If you read more about gen.Task in the docs you'll see that you can actually dispatch multiple requests at the same time. This is using the core idea of Tornado where everything is no blocking and still maintaining a single process.

Update: I've added a Thread handler to demonstrate how you could dispatch work into a second thread and receive the callback() when it's done.

import os
import threading
import tornado.options
import tornado.ioloop
import tornado.httpserver
import tornado.httpclient
import tornado.web
from tornado import gen
from tornado.web import asynchronous

tornado.options.define('port', type=int, default=9000, help='server port number (default: 9000)')
tornado.options.define('debug', type=bool, default=False, help='run in debug mode with autoreload (default: False)')

class Worker(threading.Thread):
   def __init__(self, callback=None, *args, **kwargs):
        super(Worker, self).__init__(*args, **kwargs)
        self.callback = callback

   def run(self):
        import time
        time.sleep(10)
        self.callback('DONE')

class Application(tornado.web.Application):
    def __init__(self):
        handlers = [
            (r"/", IndexHandler),
            (r"/thread", ThreadHandler),
        ]
        settings = dict(
            static_path = os.path.join(os.path.dirname(__file__), "static"),
            template_path = os.path.join(os.path.dirname(__file__), "templates"),
            debug = tornado.options.options.debug,
        )
        tornado.web.Application.__init__(self, handlers, **settings)

class IndexHandler(tornado.web.RequestHandler):
    client = tornado.httpclient.AsyncHTTPClient()

    @asynchronous
    @gen.engine
    def get(self):
        response = yield gen.Task(self.client.fetch, "http://google.com")

        self.finish("Google's homepage is %d bytes long" % len(response.body))

class ThreadHandler(tornado.web.RequestHandler):
    @asynchronous
    def get(self):
        Worker(self.worker_done).start()

    def worker_done(self, value):
        self.finish(value)

def main():
    tornado.options.parse_command_line()
    http_server = tornado.httpserver.HTTPServer(Application())
    http_server.listen(tornado.options.options.port)
    tornado.ioloop.IOLoop.instance().start()

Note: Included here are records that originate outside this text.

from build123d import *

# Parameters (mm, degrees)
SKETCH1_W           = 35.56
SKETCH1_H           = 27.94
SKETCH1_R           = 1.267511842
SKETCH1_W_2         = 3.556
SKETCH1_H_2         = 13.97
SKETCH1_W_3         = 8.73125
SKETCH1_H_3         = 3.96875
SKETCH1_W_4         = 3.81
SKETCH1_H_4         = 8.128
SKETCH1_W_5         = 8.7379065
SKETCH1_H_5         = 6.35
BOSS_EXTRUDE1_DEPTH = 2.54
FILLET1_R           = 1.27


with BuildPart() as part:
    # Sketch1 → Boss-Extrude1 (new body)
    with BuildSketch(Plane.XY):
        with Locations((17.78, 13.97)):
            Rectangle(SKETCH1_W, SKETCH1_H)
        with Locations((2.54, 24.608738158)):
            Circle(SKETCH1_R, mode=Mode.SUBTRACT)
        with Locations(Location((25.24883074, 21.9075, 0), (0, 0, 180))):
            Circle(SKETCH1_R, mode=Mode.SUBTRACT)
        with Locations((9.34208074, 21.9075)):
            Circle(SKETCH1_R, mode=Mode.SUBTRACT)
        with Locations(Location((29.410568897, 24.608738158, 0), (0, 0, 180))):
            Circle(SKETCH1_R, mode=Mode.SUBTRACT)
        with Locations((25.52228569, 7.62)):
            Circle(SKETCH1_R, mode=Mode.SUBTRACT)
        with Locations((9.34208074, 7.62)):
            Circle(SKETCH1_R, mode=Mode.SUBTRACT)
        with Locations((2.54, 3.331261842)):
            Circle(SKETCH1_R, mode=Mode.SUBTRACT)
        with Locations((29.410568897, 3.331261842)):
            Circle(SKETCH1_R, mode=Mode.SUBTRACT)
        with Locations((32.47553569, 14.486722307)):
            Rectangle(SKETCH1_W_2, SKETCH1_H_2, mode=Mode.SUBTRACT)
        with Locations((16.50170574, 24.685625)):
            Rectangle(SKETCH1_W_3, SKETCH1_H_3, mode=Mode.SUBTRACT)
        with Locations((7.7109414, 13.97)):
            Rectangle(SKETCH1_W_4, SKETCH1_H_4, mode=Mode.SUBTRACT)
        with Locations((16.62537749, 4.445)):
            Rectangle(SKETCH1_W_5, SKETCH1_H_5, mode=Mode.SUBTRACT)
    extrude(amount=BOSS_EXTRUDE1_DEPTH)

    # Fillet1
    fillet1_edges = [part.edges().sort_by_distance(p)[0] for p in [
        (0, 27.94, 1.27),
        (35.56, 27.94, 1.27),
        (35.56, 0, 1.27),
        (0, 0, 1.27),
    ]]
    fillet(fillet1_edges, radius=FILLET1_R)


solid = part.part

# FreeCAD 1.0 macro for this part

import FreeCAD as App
import Part
import Sketcher
from FreeCAD import Vector
Q = App.Units.Quantity


def edges_at(feature, points):
    """Names of the edges that pass closest to the given points."""
    edges = feature.Shape.Edges
    near = lambda p: min(range(len(edges)), key=lambda i: edges[i].distToShape(Part.Vertex(*p))[0])
    return sorted({f"Edge{near(p) + 1}" for p in points})


def add_polygon(sketch, points):
    """Adds a closed chain of lines whose ends are joined by coincident constraints."""
    first, n = sketch.GeometryCount, len(points)
    for a, b in zip(points, points[1:] + points[:1]):
        sketch.addGeometry(Part.LineSegment(App.Vector(*a, 0), App.Vector(*b, 0)), False)
    for i in range(n):
        sketch.addConstraint(Sketcher.Constraint("Coincident", first + i, 2, first + (i + 1) % n, 1))

doc = App.newDocument("Part")
body = doc.addObject("PartDesign::Body", "Body")

# Sketch on XY plane
sketch1 = body.newObject("Sketcher::SketchObject", "Sketch")
sketch1.AttachmentSupport = (doc.getObject("XY_Plane"), [""])
sketch1.MapMode = "FlatFace"
add_polygon(sketch1, [(0, 27.9), (0, 0), (35.6, 0), (35.6, 27.9)])  # lines 0-3
sketch1.addGeometry(Part.Circle(Vector(2.5, 3.3, 0), Vector(0, 0, 1), 1.3), False)  # 4
sketch1.addGeometry(Part.Circle(Vector(9.3, 7.6, 0), Vector(0, 0, 1), 1.3), False)  # 5
add_polygon(sketch1, [(21, 1.3), (12.3, 1.3), (12.3, 7.6), (21, 7.6)])  # lines 6-9
add_polygon(sketch1, [(9.6, 9.9), (5.8, 9.9), (5.8, 18), (9.6, 18)])  # lines 10-13
sketch1.addGeometry(Part.Circle(Vector(25.5, 7.6, 0), Vector(0, 0, 1), 1.3), False)  # 14
sketch1.addGeometry(Part.Circle(Vector(29.4, 3.3, 0), Vector(0, 0, 1), 1.3), False)  # 15
sketch1.addGeometry(Part.Circle(Vector(9.3, 21.9, 0), Vector(0, 0, 1), 1.3), False)  # 16
sketch1.addGeometry(Part.Circle(Vector(2.5, 24.6, 0), Vector(0, 0, 1), 1.3), False)  # 17
add_polygon(sketch1, [(20.9, 22.7), (12.1, 22.7), (12.1, 26.7), (20.9, 26.7)])  # lines 18-21
add_polygon(sketch1, [(34.3, 7.5), (30.7, 7.5), (30.7, 21.5), (34.3, 21.5)])  # lines 22-25
sketch1.addGeometry(Part.Circle(Vector(25.2, 21.9, 0), Vector(0, 0, 1), 1.3), False)  # 26
sketch1.addGeometry(Part.Circle(Vector(29.4, 24.6, 0), Vector(0, 0, 1), 1.3), False)  # 27
sketch1.addConstraint([
    Sketcher.Constraint("Vertical", 0),
    Sketcher.Constraint("Horizontal", 1),
    Sketcher.Constraint("Vertical", 2),
    Sketcher.Constraint("Horizontal", 3),
    Sketcher.Constraint("Horizontal", 6),
    Sketcher.Constraint("Vertical", 7),
    Sketcher.Constraint("Horizontal", 8),
    Sketcher.Constraint("Vertical", 9),
    Sketcher.Constraint("Horizontal", 10),
    Sketcher.Constraint("Vertical", 11),
    Sketcher.Constraint("Horizontal", 12),
    Sketcher.Constraint("Vertical", 13),
    Sketcher.Constraint("Horizontal", 18),
    Sketcher.Constraint("Vertical", 19),
    Sketcher.Constraint("Horizontal", 20),
    Sketcher.Constraint("Vertical", 21),
    Sketcher.Constraint("Horizontal", 22),
    Sketcher.Constraint("Vertical", 23),
    Sketcher.Constraint("Horizontal", 24),
    Sketcher.Constraint("Vertical", 25),
    Sketcher.Constraint("Coincident", 0, 2, -1, 1),
    Sketcher.Constraint("Equal", 4, 5),
    Sketcher.Constraint("Equal", 5, 14),
    Sketcher.Constraint("Equal", 14, 15),
    Sketcher.Constraint("Equal", 15, 16),
    Sketcher.Constraint("Equal", 16, 17),
    Sketcher.Constraint("Equal", 17, 26),
    Sketcher.Constraint("Equal", 26, 27),
    Sketcher.Constraint("Horizontal", 5, 3, 14, 3),
    Sketcher.Constraint("Horizontal", 4, 3, 15, 3),
    Sketcher.Constraint("Horizontal", 16, 3, 26, 3),
    Sketcher.Constraint("Horizontal", 17, 3, 27, 3),
    Sketcher.Constraint("Horizontal", 14, 3, 7, 2),
    Sketcher.Constraint("Vertical", 5, 3, 16, 3),
    Sketcher.Constraint("Vertical", 4, 3, 17, 3),
    Sketcher.Constraint("Vertical", 15, 3, 27, 3),
    Sketcher.Constraint("DistanceX", 1, 1, 1, 2, Q("1.4 in")),
    Sketcher.Constraint("DistanceY", 0, 2, 0, 1, Q("1.1 in")),
    Sketcher.Constraint("DistanceX", 10, 2, 10, 1, Q("0.15 in")),
    Sketcher.Constraint("DistanceX", 22, 2, 22, 1, Q("0.14 in")),
    Sketcher.Constraint("DistanceY", 7, 1, 7, 2, Q("0.25 in")),
    Sketcher.Constraint("DistanceY", 11, 1, 11, 2, Q("0.32 in")),
    Sketcher.Constraint("DistanceY", 23, 1, 23, 2, Q("0.55 in")),
    Sketcher.Constraint("DistanceX", -1, 1, 4, 3, Q("0.1 in")),
    Sketcher.Constraint("DistanceY", -1, 1, 5, 3, Q("0.3 in")),
    Sketcher.Constraint("DistanceX", 18, 2, 18, 1, Q("0.34375 in")),
    Sketcher.Constraint("DistanceY", 19, 1, 19, 2, Q("0.15625 in")),
    Sketcher.Constraint("DistanceY", -1, 1, 10, 2, Q("0.39 in")),
    Sketcher.Constraint("DistanceY", -1, 1, 19, 2, Q("1.05 in")),
    Sketcher.Constraint("DistanceX", 16, 3, 18, 2, Q("0.11 in")),
    Sketcher.Constraint("DistanceY", 5, 3, 16, 3, Q("0.5625 in")),
    Sketcher.Constraint("DistanceX", 14, 3, 25, 2, Q("0.34375 in")),
    Sketcher.Constraint("Diameter", 4, 2.535024),
    Sketcher.Constraint("DistanceX", 20, 2, 26, 3, Q("0.1725 in")),
    Sketcher.Constraint("DistanceX", 6, 2, 6, 1, 8.737906),
    Sketcher.Constraint("DistanceY", -1, 1, 4, 3, 3.331262),
    Sketcher.Constraint("DistanceX", -1, 1, 5, 3, 9.342081),
    Sketcher.Constraint("DistanceX", -1, 1, 15, 3, 29.410569),
    Sketcher.Constraint("DistanceY", -1, 1, 17, 3, 24.608738),
    Sketcher.Constraint("DistanceX", -1, 1, 8, 2, 20.994331),
    Sketcher.Constraint("DistanceX", -1, 1, 10, 2, 5.805941),
    Sketcher.Constraint("DistanceX", 6, 2, 14, 3, 13.265861),
    Sketcher.Constraint("DistanceY", 15, 3, 22, 2, 4.17046),
])
pad1 = body.newObject("PartDesign::Pad", "Pad")
pad1.Profile = sketch1
pad1.Length = Q("0.1 in")
doc.recompute()

fillet = body.newObject("PartDesign::Fillet", "Fillet")
fillet.Base = (pad1, edges_at(pad1, [
    (0, 27.94, 1.27),
    (35.56, 27.94, 1.27),
    (35.56, 0, 1.27),
    (0, 0, 1.27),
]))
fillet.Radius = Q("0.05 in")

doc.recompute()
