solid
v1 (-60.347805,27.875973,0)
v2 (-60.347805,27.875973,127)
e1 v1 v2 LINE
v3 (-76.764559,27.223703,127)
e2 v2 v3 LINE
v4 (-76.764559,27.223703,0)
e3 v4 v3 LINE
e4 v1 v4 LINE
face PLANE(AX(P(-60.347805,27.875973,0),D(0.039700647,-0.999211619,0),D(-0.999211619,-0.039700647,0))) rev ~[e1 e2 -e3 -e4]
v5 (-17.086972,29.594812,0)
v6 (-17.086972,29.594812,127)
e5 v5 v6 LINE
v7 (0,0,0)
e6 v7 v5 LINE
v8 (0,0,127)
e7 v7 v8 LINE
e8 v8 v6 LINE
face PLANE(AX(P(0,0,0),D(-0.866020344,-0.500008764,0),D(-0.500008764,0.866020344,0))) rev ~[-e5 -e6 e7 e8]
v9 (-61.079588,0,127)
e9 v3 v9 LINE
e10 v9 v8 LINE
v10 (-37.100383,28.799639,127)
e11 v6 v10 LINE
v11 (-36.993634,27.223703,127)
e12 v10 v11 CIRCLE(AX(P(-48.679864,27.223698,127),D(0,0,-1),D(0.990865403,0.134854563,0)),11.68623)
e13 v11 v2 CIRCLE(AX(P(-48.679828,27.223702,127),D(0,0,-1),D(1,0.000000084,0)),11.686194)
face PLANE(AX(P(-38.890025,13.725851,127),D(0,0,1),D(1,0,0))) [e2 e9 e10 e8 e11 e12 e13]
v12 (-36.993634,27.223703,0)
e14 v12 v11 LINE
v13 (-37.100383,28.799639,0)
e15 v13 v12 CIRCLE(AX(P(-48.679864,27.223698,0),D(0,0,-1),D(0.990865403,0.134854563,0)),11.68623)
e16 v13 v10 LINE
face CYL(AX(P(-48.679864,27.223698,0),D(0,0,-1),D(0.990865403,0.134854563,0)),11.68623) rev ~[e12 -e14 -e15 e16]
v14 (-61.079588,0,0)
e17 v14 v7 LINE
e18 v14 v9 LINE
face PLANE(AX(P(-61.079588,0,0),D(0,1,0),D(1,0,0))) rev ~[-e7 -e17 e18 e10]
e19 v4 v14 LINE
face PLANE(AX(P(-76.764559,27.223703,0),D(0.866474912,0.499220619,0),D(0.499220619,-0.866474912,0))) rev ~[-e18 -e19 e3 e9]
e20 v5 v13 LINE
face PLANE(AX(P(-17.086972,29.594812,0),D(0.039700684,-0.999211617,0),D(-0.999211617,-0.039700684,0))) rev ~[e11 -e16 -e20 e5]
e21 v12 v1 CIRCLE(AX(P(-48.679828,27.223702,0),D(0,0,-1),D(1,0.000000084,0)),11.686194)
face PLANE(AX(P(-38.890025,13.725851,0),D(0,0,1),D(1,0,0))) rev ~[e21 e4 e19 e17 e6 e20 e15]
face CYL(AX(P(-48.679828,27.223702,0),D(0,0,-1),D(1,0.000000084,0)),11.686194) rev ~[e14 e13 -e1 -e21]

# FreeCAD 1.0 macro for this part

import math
import FreeCAD as App
import Part
import Sketcher

V = App.Vector

doc = App.newDocument("Part")
params = doc.addObject("Spreadsheet::Sheet", "Params")
for row, (alias, value) in enumerate([
    ("pad1_length", "5 in"),
], start=1):
    params.set(f"A{row}", alias)
    params.set(f"B{row}", "=" + value)
    params.setAlias(f"B{row}", alias)

body = doc.addObject("PartDesign::Body", "Body")

sketch1 = body.newObject("Sketcher::SketchObject", "Sketch")
sketch1.AttachmentSupport = (doc.getObject("XY_Plane"), [""])
sketch1.MapMode = "FlatFace"
sketch1.addGeometry([
    Part.LineSegment(V(-61.079588, 0, 0), V(0, 0, 0)),
    Part.LineSegment(V(0, 0, 0), V(-17.086972, 29.594812, 0)),
    Part.LineSegment(V(-17.086972, 29.594812, 0), V(-37.100383, 28.799639, 0)),
    Part.ArcOfCircle(Part.Circle(V(-48.679864, 27.223698, 0), V(0, 0, 1), 11.68623), math.radians(0.000027), math.radians(7.75021)),
    Part.ArcOfCircle(Part.Circle(V(-48.679828, 27.223702, 0), V(0, 0, 1), 11.686194), math.radians(176.800344), math.radians(360.000005)),
    Part.LineSegment(V(-60.347805, 27.875973, 0), V(-76.764559, 27.223703, 0)),
    Part.LineSegment(V(-76.764559, 27.223703, 0), V(-61.079588, 0, 0)),
], False)
sketch1.addConstraint([
    Sketcher.Constraint("Coincident", 0, 2, 1, 1),
    Sketcher.Constraint("Coincident", 1, 2, 2, 1),
    Sketcher.Constraint("Coincident", 2, 2, 3, 2),
    Sketcher.Constraint("Tangent", 3, 1, 4, 2),
    Sketcher.Constraint("Coincident", 4, 1, 5, 1),
    Sketcher.Constraint("Coincident", 5, 2, 6, 1),
    Sketcher.Constraint("Coincident", 6, 2, 0, 1),
    Sketcher.Constraint("Horizontal", 0),
    Sketcher.Constraint("Coincident", 0, 2, -1, 1),
    Sketcher.Constraint("Parallel", 2, 5),
    Sketcher.Constraint("Horizontal", 4, 3, 3, 1),
    Sketcher.Constraint("Horizontal", 3, 1, 5, 2),
    Sketcher.Constraint("Radius", 3, 11.68623),
    Sketcher.Constraint("Radius", 4, 11.686194),
    Sketcher.Constraint("Distance", 2, 20.029202),
    Sketcher.Constraint("DistanceX", 0, 1, 0, 2, 61.079588),
    Sketcher.Constraint("DistanceX", 4, 3, -1, 1, 48.679828),
    Sketcher.Constraint("DistanceX", 1, 2, -1, 1, 17.086972),
    Sketcher.Constraint("DistanceY", -1, 1, 2, 2, 28.799639),
    Sketcher.Constraint("DistanceX", 5, 2, -1, 1, 76.764559),
    Sketcher.Constraint("DistanceY", 4, 3, 1, 2, 2.37111),
])
pad1 = body.newObject("PartDesign::Pad", "Pad")
pad1.Profile = sketch1
pad1.setExpression("Length", "Params.pad1_length")

doc.recompute()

if __name__ == "__main__":
    main()

koblas's solution is great. Here is an alternative that makes use of tornado.gen

import tornado.ioloop
import tornado.web
import tornado.gen
import tornado.concurrent
import time
from threading import Thread
from functools import wraps

def run_async(func):
  @wraps(func)
  def async_func(*args, **kwargs):
    func_hl = Thread(target = func, args = args, kwargs = kwargs)
    func_hl.start()
    return func_hl

  return async_func

@run_async
def sleeper(callback):
  i = 0
  while i <= 10:
    print i
    time.sleep(1)
    i += 1
  callback('DONE')


class MainHandler(tornado.web.RequestHandler):
    @tornado.web.asynchronous
    @tornado.gen.coroutine
    def get(self):
        response = yield tornado.gen.Task(sleeper)
        self.write(response)
        self.finish()

class OtherHandler(tornado.web.RequestHandler):
    def get(self):
        self.write('hello world')
        print 'in other'
        self.finish()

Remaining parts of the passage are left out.